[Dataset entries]
---

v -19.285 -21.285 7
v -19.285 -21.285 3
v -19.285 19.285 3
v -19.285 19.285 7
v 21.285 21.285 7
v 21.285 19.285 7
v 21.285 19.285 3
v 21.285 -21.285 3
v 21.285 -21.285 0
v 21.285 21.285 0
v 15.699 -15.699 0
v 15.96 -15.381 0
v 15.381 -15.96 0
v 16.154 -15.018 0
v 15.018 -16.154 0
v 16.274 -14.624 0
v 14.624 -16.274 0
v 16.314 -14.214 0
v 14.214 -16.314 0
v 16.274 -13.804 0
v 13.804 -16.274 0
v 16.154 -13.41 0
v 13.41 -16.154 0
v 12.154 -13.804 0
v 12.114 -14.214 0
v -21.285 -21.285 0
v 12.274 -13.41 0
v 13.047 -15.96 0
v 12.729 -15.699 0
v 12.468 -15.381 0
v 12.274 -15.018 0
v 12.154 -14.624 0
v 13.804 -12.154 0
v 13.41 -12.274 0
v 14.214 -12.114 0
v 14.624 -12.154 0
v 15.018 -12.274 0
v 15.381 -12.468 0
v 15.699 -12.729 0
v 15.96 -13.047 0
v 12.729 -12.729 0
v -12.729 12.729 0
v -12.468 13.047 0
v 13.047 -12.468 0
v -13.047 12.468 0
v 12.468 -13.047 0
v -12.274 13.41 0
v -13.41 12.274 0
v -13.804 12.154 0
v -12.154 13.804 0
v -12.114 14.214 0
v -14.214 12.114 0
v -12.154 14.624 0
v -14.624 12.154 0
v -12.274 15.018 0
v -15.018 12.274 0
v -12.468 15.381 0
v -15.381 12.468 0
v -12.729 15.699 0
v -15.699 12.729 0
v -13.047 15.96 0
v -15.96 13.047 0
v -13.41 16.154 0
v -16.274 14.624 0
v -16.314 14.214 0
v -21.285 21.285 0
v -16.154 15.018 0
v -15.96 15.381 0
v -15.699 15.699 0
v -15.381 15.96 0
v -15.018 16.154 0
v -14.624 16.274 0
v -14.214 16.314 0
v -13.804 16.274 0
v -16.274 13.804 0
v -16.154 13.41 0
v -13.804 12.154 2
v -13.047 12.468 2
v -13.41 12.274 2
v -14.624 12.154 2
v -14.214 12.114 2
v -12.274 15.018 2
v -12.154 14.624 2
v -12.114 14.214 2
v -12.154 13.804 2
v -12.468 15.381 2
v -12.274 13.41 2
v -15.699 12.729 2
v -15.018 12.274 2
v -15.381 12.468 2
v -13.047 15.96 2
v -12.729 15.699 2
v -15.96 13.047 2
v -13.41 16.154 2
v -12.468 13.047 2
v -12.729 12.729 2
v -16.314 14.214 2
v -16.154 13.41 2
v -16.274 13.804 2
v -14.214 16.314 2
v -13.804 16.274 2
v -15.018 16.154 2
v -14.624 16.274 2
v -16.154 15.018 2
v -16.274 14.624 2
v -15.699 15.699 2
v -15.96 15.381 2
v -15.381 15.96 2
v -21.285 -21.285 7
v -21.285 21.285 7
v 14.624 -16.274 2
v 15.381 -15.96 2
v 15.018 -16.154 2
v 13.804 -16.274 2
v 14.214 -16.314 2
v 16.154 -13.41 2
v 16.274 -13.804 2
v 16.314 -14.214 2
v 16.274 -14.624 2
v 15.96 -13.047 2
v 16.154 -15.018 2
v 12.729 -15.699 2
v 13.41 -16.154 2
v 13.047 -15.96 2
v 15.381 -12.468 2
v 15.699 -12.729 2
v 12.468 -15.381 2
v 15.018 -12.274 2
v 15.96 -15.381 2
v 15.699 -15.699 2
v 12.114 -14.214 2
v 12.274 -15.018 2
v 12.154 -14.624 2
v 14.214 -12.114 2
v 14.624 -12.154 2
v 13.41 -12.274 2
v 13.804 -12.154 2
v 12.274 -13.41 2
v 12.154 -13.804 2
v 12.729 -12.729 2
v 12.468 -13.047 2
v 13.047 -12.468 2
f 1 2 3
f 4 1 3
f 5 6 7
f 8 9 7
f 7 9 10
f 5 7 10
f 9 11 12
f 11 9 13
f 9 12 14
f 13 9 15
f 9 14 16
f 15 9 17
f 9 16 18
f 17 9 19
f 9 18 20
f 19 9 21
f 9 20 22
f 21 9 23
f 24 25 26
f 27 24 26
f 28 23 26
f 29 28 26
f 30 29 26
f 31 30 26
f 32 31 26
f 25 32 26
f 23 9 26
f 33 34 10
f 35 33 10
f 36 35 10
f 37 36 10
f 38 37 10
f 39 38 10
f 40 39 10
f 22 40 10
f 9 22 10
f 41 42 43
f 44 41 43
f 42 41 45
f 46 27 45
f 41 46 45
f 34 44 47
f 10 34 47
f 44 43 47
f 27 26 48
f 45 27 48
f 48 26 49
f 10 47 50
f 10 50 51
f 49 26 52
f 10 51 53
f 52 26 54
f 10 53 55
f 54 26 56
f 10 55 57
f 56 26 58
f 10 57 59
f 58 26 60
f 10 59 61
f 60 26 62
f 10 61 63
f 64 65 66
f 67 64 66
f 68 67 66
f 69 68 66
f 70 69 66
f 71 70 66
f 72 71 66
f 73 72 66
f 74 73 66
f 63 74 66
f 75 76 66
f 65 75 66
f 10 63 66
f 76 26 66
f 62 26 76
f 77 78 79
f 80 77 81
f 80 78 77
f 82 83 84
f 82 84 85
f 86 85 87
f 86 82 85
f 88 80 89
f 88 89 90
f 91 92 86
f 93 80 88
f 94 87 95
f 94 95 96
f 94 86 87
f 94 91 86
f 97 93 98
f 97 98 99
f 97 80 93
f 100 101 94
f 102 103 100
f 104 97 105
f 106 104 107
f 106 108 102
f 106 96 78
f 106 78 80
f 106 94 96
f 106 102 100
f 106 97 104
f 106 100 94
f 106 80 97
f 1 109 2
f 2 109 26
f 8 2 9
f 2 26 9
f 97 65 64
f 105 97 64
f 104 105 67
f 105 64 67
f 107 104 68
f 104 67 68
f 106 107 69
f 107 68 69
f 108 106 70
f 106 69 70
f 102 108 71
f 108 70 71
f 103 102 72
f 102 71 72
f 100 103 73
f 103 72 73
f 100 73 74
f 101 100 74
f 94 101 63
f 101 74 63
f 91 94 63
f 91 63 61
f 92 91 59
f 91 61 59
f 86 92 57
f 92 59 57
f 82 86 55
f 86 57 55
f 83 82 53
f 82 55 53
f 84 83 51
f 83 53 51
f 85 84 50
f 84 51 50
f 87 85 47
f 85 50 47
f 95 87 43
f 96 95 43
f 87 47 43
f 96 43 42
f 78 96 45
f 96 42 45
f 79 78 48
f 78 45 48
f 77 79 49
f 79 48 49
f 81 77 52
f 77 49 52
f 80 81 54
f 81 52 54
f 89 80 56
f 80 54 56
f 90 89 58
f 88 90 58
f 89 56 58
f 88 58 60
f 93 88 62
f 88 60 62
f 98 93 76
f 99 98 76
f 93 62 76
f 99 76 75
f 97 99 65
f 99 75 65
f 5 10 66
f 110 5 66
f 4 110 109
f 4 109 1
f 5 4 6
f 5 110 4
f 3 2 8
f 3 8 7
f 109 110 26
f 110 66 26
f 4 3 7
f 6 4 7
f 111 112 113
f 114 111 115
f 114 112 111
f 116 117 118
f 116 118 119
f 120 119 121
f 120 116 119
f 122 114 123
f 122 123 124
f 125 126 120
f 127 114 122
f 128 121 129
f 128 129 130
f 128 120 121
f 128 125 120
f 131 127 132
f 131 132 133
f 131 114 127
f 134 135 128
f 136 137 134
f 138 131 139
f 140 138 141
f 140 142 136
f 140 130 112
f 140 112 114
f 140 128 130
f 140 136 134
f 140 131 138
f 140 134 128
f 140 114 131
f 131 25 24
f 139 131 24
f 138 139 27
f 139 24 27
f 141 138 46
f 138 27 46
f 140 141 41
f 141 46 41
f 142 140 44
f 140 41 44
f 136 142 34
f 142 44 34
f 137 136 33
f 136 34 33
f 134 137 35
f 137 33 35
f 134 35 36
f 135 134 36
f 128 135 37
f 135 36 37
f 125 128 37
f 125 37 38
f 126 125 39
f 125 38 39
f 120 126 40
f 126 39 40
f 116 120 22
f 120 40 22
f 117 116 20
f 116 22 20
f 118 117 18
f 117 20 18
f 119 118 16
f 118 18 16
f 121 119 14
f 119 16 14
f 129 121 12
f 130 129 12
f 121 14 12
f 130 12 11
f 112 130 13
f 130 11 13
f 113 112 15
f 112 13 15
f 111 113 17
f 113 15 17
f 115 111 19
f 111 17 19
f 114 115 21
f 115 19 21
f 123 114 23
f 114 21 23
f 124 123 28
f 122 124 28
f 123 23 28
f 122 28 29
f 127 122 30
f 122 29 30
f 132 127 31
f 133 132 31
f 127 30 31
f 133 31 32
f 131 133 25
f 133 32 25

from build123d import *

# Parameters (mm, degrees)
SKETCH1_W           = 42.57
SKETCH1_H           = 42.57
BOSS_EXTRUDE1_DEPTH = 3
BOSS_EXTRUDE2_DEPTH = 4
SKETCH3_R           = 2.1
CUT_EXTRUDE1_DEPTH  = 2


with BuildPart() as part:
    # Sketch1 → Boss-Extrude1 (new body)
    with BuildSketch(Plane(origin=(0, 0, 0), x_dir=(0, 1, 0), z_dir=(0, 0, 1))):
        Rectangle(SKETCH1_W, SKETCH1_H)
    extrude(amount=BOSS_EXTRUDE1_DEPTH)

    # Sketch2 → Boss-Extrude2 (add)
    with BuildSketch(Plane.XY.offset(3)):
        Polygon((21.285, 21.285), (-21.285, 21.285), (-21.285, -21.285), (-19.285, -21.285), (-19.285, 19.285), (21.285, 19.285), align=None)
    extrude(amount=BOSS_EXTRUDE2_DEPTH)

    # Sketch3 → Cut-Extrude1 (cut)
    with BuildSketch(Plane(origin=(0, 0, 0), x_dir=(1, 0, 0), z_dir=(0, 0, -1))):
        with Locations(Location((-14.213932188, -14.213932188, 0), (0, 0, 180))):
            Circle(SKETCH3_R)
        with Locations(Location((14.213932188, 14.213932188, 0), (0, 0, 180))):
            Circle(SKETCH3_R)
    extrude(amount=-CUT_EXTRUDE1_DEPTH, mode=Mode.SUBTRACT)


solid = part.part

---

## Task directions
All lines above from the one containing "f 106 69 70" to the one containing "f 110 66 26" must be repeated exactly, both lines included, and no others.

## Response
f 106 69 70
f 102 108 71
f 108 70 71
f 103 102 72
f 102 71 72
f 100 103 73
f 103 72 73
f 100 73 74
f 101 100 74
f 94 101 63
f 101 74 63
f 91 94 63
f 91 63 61
f 92 91 59
f 91 61 59
f 86 92 57
f 92 59 57
f 82 86 55
f 86 57 55
f 83 82 53
f 82 55 53
f 84 83 51
f 83 53 51
f 85 84 50
f 84 51 50
f 87 85 47
f 85 50 47
f 95 87 43
f 96 95 43
f 87 47 43
f 96 43 42
f 78 96 45
f 96 42 45
f 79 78 48
f 78 45 48
f 77 79 49
f 79 48 49
f 81 77 52
f 77 49 52
f 80 81 54
f 81 52 54
f 89 80 56
f 80 54 56
f 90 89 58
f 88 90 58
f 89 56 58
f 88 58 60
f 93 88 62
f 88 60 62
f 98 93 76
f 99 98 76
f 93 62 76
f 99 76 75
f 97 99 65
f 99 75 65
f 5 10 66
f 110 5 66
f 4 110 109
f 4 109 1
f 5 4 6
f 5 110 4
f 3 2 8
f 3 8 7
f 109 110 26
f 110 66 26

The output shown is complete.